Le Conseil européen s’est réuni hier par visioconférence, pour surmonter les divisions sur la mutualisation de la dette à venir. Ces divisions occultent le fait que l’Europe agit déjà pour empêcher l’effondrement des économies européennes.

Conseil européen par visioconférence hier, les écrans empêchent les apartés qui permettent de faire avancer les compromis entre les « 27 ».
Conseil européen par visioconférence hier, les écrans empêchent les apartés qui permettent de faire avancer les compromis entre les « 27 ». © AFP / Ian LANGSDON / POOL / AFP

Faut-il désespérer de l’Europe ? Poser la question, c’est déjà considérer que l’Union européenne, une fois de plus, n’a pas été à la hauteur de la crise sanitaire que nous traversons. C’est le sentiment de nombreux Européens, comme le montrent certaines études d’opinion, surtout en Italie, le premier et le plus touché des pays du continent, avec l’Espagne. 

La Présidente de la Commission européenne, Ursula Von der Leyen, a fait le geste, très inhabituel, de présenter ses excuses aux Italiens, au nom de l’Europe. Elle a reconnu que l’Union n’avait pas été assez solidaire lorsque le nord de l’Italie a été frappé par l’épidémie de coronavirus.

Il s’est passé beaucoup de choses depuis, et le problème se pose en des termes différents aujourd’hui, même si la perception des opinions reste celle d’une absence, ou d’un déficit d’Europe dans la gestion de cette crise. Avec cette conclusion tentante, à quoi bon faire partie d’un club qui n’est jamais là quand vous en avez besoin ?
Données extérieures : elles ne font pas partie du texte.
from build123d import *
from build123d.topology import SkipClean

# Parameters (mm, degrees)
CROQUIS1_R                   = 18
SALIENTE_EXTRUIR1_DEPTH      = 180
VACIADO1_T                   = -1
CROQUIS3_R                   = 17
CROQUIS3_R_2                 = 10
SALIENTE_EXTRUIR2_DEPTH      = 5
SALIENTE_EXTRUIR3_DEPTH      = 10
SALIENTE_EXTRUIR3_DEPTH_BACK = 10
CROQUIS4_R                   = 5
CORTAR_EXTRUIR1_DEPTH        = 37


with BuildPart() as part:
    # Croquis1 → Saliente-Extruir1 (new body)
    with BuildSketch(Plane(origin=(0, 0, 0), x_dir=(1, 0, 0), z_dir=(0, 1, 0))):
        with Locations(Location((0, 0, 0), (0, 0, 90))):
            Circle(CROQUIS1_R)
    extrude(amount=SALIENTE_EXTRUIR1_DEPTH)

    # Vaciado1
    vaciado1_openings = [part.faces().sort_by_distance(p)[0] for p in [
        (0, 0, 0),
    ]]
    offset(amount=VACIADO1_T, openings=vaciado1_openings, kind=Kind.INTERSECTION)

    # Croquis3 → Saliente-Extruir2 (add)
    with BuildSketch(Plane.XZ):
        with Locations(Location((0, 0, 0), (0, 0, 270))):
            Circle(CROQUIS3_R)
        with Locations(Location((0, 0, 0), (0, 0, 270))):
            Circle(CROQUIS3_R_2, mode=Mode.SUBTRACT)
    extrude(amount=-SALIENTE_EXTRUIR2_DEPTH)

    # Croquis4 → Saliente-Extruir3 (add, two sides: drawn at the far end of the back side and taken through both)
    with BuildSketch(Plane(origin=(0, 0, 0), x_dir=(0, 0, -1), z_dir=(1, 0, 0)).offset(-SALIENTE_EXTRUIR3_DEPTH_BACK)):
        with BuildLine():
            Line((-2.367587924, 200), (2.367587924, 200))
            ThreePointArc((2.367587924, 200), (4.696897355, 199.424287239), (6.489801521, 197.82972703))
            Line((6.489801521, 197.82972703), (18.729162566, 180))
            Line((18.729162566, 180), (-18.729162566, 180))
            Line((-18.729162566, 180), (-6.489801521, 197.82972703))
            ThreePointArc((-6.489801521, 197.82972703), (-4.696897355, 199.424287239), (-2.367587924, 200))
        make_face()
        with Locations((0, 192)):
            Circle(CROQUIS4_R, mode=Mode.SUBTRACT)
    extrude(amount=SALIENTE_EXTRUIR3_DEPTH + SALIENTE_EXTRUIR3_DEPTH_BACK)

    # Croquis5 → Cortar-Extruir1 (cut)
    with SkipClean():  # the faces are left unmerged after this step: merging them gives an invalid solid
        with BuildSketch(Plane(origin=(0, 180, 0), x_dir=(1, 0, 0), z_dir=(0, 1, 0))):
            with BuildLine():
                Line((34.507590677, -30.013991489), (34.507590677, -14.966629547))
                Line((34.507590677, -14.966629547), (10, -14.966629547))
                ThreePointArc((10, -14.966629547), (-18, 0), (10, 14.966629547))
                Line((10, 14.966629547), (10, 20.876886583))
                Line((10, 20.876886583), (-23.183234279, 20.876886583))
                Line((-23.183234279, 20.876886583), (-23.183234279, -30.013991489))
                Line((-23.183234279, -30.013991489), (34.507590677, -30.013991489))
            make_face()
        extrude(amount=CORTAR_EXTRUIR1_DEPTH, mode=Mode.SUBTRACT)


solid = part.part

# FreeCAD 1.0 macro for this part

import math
import FreeCAD as App
import Part
import Sketcher
from FreeCAD import Vector
Q = App.Units.Quantity


def faces_at(feature, points):
    """Names of the faces that lie closest to the given points."""
    faces = feature.Shape.Faces
    near = lambda p: min(range(len(faces)), key=lambda i: faces[i].distToShape(Part.Vertex(*p))[0])
    return sorted({f"Face{near(p) + 1}" for p in points})

doc = App.newDocument("Part")
body = doc.addObject("PartDesign::Body", "Body")

# Sketch on XZ plane
sketch1 = body.newObject("Sketcher::SketchObject", "Sketch")
sketch1.AttachmentSupport = (doc.getObject("XZ_Plane"), [""])
sketch1.MapMode = "FlatFace"
sketch1.addGeometry(Part.Circle(Vector(0, 0, 0), Vector(0, 0, 1), 18), False)
sketch1.addConstraint([
    Sketcher.Constraint("Coincident", 0, 3, -1, 1),
    Sketcher.Constraint("Diameter", 0, Q("36 mm")),
])
pad1 = body.newObject("PartDesign::Pad", "Pad")
pad1.Profile = sketch1
pad1.Length = 180
pad1.Reversed = True
doc.recompute()

thickness = body.newObject("PartDesign::Thickness", "Thickness")
thickness.Base = (pad1, faces_at(pad1, [(0, 0, 0)]))
thickness.Value = 1
thickness.Reversed = True
thickness.Join = "Intersection"

# Sketch on XZ plane
sketch2 = body.newObject("Sketcher::SketchObject", "Sketch001")
sketch2.AttachmentSupport = (doc.getObject("XZ_Plane"), [""])
sketch2.MapMode = "FlatFace"
sketch2.addGeometry([
    Part.Circle(Vector(0, 0, 0), Vector(0, 0, 1), 17),
    Part.Circle(Vector(0, 0, 0), Vector(0, 0, 1), 10),
], False)
sketch2.addConstraint([
    Sketcher.Constraint("Coincident", 0, 3, -1, 1),
    Sketcher.Constraint("Coincident", 1, 3, -1, 1),
    Sketcher.Constraint("Diameter", 0, Q("34 mm")),
    Sketcher.Constraint("Diameter", 1, Q("20 mm")),
])
pad2 = body.newObject("PartDesign::Pad", "Pad001")
pad2.Profile = sketch2
pad2.Length = 5
pad2.Reversed = True

# Sketch on YZ plane
sketch3 = body.newObject("Sketcher::SketchObject", "Sketch002")
sketch3.AttachmentSupport = (doc.getObject("YZ_Plane"), [""])
sketch3.MapMode = "FlatFace"
sketch3.addGeometry([
    Part.LineSegment(Vector(200, -2.4, 0), Vector(200, 2.4, 0)),  # 0
    Part.ArcOfCircle(Part.Circle(Vector(195, 2.4, 0), Vector(0, 0, 1), 5), math.radians(0), math.radians(56)),  # 1
    Part.LineSegment(Vector(197.8, 6.5, 0), Vector(180, 18.7, 0)),  # 2
    Part.LineSegment(Vector(180, 18.7, 0), Vector(180, -18.7, 0)),  # 3
    Part.LineSegment(Vector(180, -18.7, 0), Vector(197.8, -6.5, 0)),  # 4
    Part.ArcOfCircle(Part.Circle(Vector(195, -2.4, 0), Vector(0, 0, 1), 5), math.radians(-56), math.radians(0)),  # 5
    Part.Circle(Vector(192, 0, 0), Vector(0, 0, 1), 5),  # 6
], False)
sketch3.addConstraint([
    Sketcher.Constraint("Tangent", 0, 2, 1, 1),
    Sketcher.Constraint("Tangent", 1, 2, 2, 1),
    Sketcher.Constraint("Coincident", 2, 2, 3, 1),
    Sketcher.Constraint("Coincident", 3, 2, 4, 1),
    Sketcher.Constraint("Tangent", 4, 2, 5, 1),
    Sketcher.Constraint("Tangent", 5, 2, 0, 1),
    Sketcher.Constraint("Vertical", 0),
    Sketcher.Constraint("Vertical", 3),
    Sketcher.Constraint("Equal", 1, 5),
    Sketcher.Constraint("Equal", 5, 6),
    Sketcher.Constraint("Symmetric", 1, 2, 4, 2, -1),
    Sketcher.Constraint("PointOnObject", 6, 3, -1),
    Sketcher.Constraint("Diameter", 6, Q("10 mm")),
    Sketcher.Constraint("DistanceX", -1, 1, 1, 3, Q("195 mm")),
    Sketcher.Constraint("DistanceX", -1, 1, 6, 3, Q("192 mm")),
    Sketcher.Constraint("DistanceX", -1, 1, 2, 2, Q("180 mm")),
    Sketcher.Constraint("Distance", 2, Q("21.626399 mm")),
    Sketcher.Constraint("DistanceY", -1, 1, 1, 2, Q("6.489802 mm")),
])
pad3 = body.newObject("PartDesign::Pad", "Pad002")
pad3.Profile = sketch3
pad3.Type = "TwoLengths"
pad3.Length = 10
pad3.Length2 = 10

# Sketch on XZ plane
sketch4 = body.newObject("Sketcher::SketchObject", "Sketch003")
sketch4.AttachmentSupport = (doc.getObject("XZ_Plane"), [""])
sketch4.MapMode = "FlatFace"
sketch4.AttachmentOffset = App.Placement(Vector(0, 0, -180), App.Rotation())
sketch4.addGeometry([
    Part.LineSegment(Vector(35, 30, 0), Vector(35, 15, 0)),  # 0
    Part.LineSegment(Vector(35, 15, 0), Vector(10, 15, 0)),  # 1
    Part.ArcOfCircle(Part.Circle(Vector(0, 0, 0), Vector(0, 0, 1), 18), math.radians(56), math.radians(304)),  # 2
    Part.LineSegment(Vector(10, -15, 0), Vector(10, -21, 0)),  # 3
    Part.LineSegment(Vector(10, -21, 0), Vector(-23, -21, 0)),  # 4
    Part.LineSegment(Vector(-23, -21, 0), Vector(-23, 30, 0)),  # 5
    Part.LineSegment(Vector(-23, 30, 0), Vector(35, 30, 0)),  # 6
], False)
sketch4.addConstraint([
    Sketcher.Constraint("Coincident", 0, 2, 1, 1),
    Sketcher.Constraint("Coincident", 1, 2, 2, 1),
    Sketcher.Constraint("Coincident", 2, 2, 3, 1),
    Sketcher.Constraint("Coincident", 3, 2, 4, 1),
    Sketcher.Constraint("Coincident", 4, 2, 5, 1),
    Sketcher.Constraint("Coincident", 5, 2, 6, 1),
    Sketcher.Constraint("Coincident", 6, 2, 0, 1),
    Sketcher.Constraint("Vertical", 0),
    Sketcher.Constraint("Horizontal", 1),
    Sketcher.Constraint("Vertical", 3),
    Sketcher.Constraint("Horizontal", 4),
    Sketcher.Constraint("Vertical", 5),
    Sketcher.Constraint("Horizontal", 6),
    Sketcher.Constraint("Coincident", 2, 3, -1, 1),
    Sketcher.Constraint("Vertical", 1, 2, 2, 2),
    Sketcher.Constraint("Radius", 2, Q("18 mm")),
    Sketcher.Constraint("DistanceX", -1, 1, 1, 2, Q("10 mm")),
    Sketcher.Constraint("DistanceX", 1, 2, 1, 1, Q("24.507591 mm")),
    Sketcher.Constraint("DistanceY", 0, 2, 0, 1, Q("15.047362 mm")),
    Sketcher.Constraint("DistanceY", 5, 1, 5, 2, Q("50.890878 mm")),
    Sketcher.Constraint("DistanceX", 4, 2, 4, 1, Q("33.183234 mm")),
])
pocket1 = body.newObject("PartDesign::Pocket", "Pocket")
pocket1.Profile = sketch4
pocket1.Length = 37

doc.recompute()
C’est le grand paradoxe de ce moment hors du commun que nous vivons : à la crise sanitaire, s’est rajoutée, s’est accrochée pourrait-on dire, une crise économique d’ampleur historique. Et là, sans que les citoyens européens ne le réalisent pleinement, le bouclier protecteur de l’Europe joue à plein.

Certes, il ne s’agit-pas de respirateurs quand ils manquent dans les hôpitaux, mais de milliards d’euros, de centaines de milliards d’euros, qui font que, jusqu’ici, les pays européens sont capables de faire face à l’arrêt de leurs économies sans s’effondrer ; au contraire, en assurant le plus grand filet de sécurité au monde. Et c’est la Banque centrale européenne qui est à la manœuvre, au nom des Européens.

Pourtant l’image dominante est celle de la division des Européens… Elle n’est pas fausse, mais elle ne dit pas toute l’histoire. Le Conseil européen est en effet divisé sur une question-clé, celle de la mutualisation de la dette à venir pour financer la relance de nos économies après cet électrochoc.

La question est de savoir si on fait comme avant, chacun s’endette aux conditions permises par son économie, accentuant ainsi les divisions au sein de la zone euro ; ou si on fait face en commun, en empruntant ensemble, pour aider les régions et les secteurs les plus atteints ; pour le bien de tous puisque tous les États européens font une majorité de leurs échanges sur le continent.

Les discussions ont été initialement vives, puis moins tranchées, et on va vers une formule de compromis, qui reposera en grande partie sur une entente entre la France et l’Allemagne. L’Europe, disait Jacques Delors, est une machine à générer des compromis… Ils prennent du temps, mais l’enjeu est cette fois existentiel : qui peut prendre la responsabilité d’un échec ?

Le compromis sauvera la face, on ne parlera sans doute pas de « corona bonds » dont les Néerlandais ne veulent pas, et l’endettement commun passera peut-être par le budget communautaire. Mais il faudra un résultat qui permette aux citoyens européens de sentir que l’Europe est réellement solidaire. 

Ca n’est pas gagné, mais il est encore trop tôt pour désespérer réellement d’une Europe qui, sans que nous le réalisions, nous permet déjà de faire face à la crise du siècle.